The ICT COM Support consultant team — not a dedicated role but a task distributed across every consultant on duty. That's part of why the time cost is significant: it's a shared overhead across the whole team, not one person's problem.
Currently at Idea/POC stage. The existing SOPs for the manual process sit with the ICT COM Support team — Natalie Dunn (Manager ICT) can provide those. Ismut Paruk (Senior Manager BPO) holds the broader process context. The Power Automate flow itself becomes the documented process artefact once built.
Both. Internal: ICT COM Support consultants, Ismut Paruk, Natalie Dunn, downstream fulfilment and account management teams. External: EBU customers and their account managers who submit SR requests — they send the emails that trigger the entire process.
Four downstream impacts: Capacity reclamation — 33–77 hrs/month freed. Backlog reduction — fulfilment team gets faster, cleaner data. Standardisation — every SR_Master row structured identically, enabling future analytics.

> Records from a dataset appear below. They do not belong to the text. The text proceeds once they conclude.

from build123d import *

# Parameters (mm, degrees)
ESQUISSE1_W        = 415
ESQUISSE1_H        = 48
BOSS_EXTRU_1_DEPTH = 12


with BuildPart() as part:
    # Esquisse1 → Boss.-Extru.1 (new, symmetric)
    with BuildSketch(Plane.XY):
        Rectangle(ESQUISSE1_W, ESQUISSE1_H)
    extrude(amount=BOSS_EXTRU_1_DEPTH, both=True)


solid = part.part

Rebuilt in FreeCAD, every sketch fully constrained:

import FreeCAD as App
import Part
import Sketcher
Q = App.Units.Quantity

doc = App.newDocument("Part")
body = doc.addObject("PartDesign::Body", "Body")

# Sketch on XY plane
sketch1 = body.newObject("Sketcher::SketchObject", "Sketch")
sketch1.AttachmentSupport = (doc.getObject("XY_Plane"), [""])
sketch1.MapMode = "FlatFace"
sketch1.addGeometry([
    Part.LineSegment(App.Vector(-208, 24, 0), App.Vector(-208, -24, 0)),
    Part.LineSegment(App.Vector(-208, -24, 0), App.Vector(208, -24, 0)),
    Part.LineSegment(App.Vector(208, -24, 0), App.Vector(208, 24, 0)),
    Part.LineSegment(App.Vector(208, 24, 0), App.Vector(-208, 24, 0)),
], False)
sketch1.addConstraint([
    Sketcher.Constraint("Coincident", 0, 2, 1, 1),
    Sketcher.Constraint("Coincident", 1, 2, 2, 1),
    Sketcher.Constraint("Coincident", 2, 2, 3, 1),
    Sketcher.Constraint("Coincident", 3, 2, 0, 1),
    Sketcher.Constraint("Vertical", 0),
    Sketcher.Constraint("Horizontal", 1),
    Sketcher.Constraint("Vertical", 2),
    Sketcher.Constraint("Horizontal", 3),
    Sketcher.Constraint("Symmetric", 0, 2, 2, 2, -1, 1),
    Sketcher.Constraint("DistanceX", 1, 1, 1, 2, Q("415 mm")),
    Sketcher.Constraint("DistanceY", 0, 2, 0, 1, Q("48 mm")),
])
pad1 = body.newObject("PartDesign::Pad", "Pad")
pad1.Profile = sketch1
pad1.Length = 24
pad1.Midplane = True

doc.recompute()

Traceability — timestamped audit trail that doesn't exist in the manual process today.
Three things. (1) MVP 1 is deliberately scoped to logging — deliver value fast, prove the pattern, then expand. MVP 2 adds pre-screening and allocation. (2) DLP policy is the one technical blocker — escalated to Donovan Burgess, the single decision needed today. (3) Citizen Developer model — no IS team dependency, no project queue. I start building the moment the DLP is unblocked.